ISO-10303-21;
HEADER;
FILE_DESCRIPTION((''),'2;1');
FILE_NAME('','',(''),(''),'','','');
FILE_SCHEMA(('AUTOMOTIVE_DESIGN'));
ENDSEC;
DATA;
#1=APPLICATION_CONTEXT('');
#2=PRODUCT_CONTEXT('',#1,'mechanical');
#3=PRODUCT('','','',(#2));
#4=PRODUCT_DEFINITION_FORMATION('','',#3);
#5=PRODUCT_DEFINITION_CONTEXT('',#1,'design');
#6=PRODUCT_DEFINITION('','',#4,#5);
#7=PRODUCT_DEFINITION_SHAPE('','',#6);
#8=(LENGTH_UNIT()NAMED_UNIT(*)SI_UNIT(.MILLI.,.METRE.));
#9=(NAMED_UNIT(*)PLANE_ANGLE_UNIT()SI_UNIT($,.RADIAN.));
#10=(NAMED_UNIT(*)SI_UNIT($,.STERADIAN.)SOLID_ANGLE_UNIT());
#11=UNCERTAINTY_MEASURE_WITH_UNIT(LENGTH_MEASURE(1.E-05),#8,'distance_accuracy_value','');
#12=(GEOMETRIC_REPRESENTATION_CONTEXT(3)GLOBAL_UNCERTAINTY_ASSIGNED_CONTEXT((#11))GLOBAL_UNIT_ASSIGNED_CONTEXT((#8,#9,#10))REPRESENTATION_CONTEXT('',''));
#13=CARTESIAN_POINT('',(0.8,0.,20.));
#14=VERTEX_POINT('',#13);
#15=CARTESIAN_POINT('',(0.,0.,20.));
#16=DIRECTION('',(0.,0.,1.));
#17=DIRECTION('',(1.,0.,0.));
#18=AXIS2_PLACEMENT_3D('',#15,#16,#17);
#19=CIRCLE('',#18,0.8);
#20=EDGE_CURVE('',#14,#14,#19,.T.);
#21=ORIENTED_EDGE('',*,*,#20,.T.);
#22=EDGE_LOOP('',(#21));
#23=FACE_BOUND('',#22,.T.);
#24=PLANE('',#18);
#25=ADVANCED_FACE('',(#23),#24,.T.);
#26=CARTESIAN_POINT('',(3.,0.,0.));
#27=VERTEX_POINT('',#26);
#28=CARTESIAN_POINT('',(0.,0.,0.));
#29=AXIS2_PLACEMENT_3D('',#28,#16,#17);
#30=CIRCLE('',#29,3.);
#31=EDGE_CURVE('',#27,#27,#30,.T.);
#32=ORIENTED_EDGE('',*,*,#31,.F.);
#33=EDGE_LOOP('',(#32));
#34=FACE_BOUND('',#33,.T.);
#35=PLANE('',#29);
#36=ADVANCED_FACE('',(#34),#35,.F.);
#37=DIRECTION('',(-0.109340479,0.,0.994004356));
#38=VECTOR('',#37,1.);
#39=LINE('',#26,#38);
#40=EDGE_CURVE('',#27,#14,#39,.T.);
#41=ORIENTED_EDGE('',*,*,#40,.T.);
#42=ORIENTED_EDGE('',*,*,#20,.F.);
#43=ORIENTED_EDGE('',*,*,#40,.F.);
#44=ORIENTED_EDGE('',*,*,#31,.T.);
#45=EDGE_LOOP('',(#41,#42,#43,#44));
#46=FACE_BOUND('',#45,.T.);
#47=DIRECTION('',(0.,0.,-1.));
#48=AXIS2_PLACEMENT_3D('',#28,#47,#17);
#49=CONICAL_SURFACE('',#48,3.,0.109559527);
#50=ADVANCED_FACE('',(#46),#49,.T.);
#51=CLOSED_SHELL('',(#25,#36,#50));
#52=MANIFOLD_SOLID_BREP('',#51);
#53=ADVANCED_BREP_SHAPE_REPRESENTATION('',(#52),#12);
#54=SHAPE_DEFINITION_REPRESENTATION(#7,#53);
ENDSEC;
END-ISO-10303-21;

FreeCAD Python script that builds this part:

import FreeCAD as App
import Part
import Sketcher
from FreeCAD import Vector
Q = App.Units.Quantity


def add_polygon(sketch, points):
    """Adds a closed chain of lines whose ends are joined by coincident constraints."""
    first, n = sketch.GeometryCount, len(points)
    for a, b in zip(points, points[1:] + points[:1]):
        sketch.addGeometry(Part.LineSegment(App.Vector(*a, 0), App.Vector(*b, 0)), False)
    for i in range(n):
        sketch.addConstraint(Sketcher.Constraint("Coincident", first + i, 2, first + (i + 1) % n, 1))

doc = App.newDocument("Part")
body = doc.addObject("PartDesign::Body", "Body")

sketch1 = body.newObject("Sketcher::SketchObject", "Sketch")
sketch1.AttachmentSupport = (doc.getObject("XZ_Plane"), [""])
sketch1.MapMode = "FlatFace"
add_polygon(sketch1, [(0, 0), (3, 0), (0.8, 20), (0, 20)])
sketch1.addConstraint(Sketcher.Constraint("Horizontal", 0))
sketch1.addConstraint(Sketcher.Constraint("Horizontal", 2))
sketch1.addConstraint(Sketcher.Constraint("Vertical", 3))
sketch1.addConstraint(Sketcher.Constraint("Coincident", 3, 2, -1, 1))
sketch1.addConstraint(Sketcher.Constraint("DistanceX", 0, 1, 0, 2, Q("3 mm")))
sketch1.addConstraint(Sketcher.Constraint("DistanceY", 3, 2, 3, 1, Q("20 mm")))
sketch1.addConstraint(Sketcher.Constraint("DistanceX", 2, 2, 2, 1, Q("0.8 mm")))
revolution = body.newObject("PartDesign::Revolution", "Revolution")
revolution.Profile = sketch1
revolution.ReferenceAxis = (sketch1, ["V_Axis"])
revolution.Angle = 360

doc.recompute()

──────────

### Exercise brief
Show the lines where the word "DIRECTION" appears in the entries.

### Response to this exercise
#16=DIRECTION('',(0.,0.,1.));
#17=DIRECTION('',(1.,0.,0.));
#37=DIRECTION('',(-0.109340479,0.,0.994004356));
#47=DIRECTION('',(0.,0.,-1.));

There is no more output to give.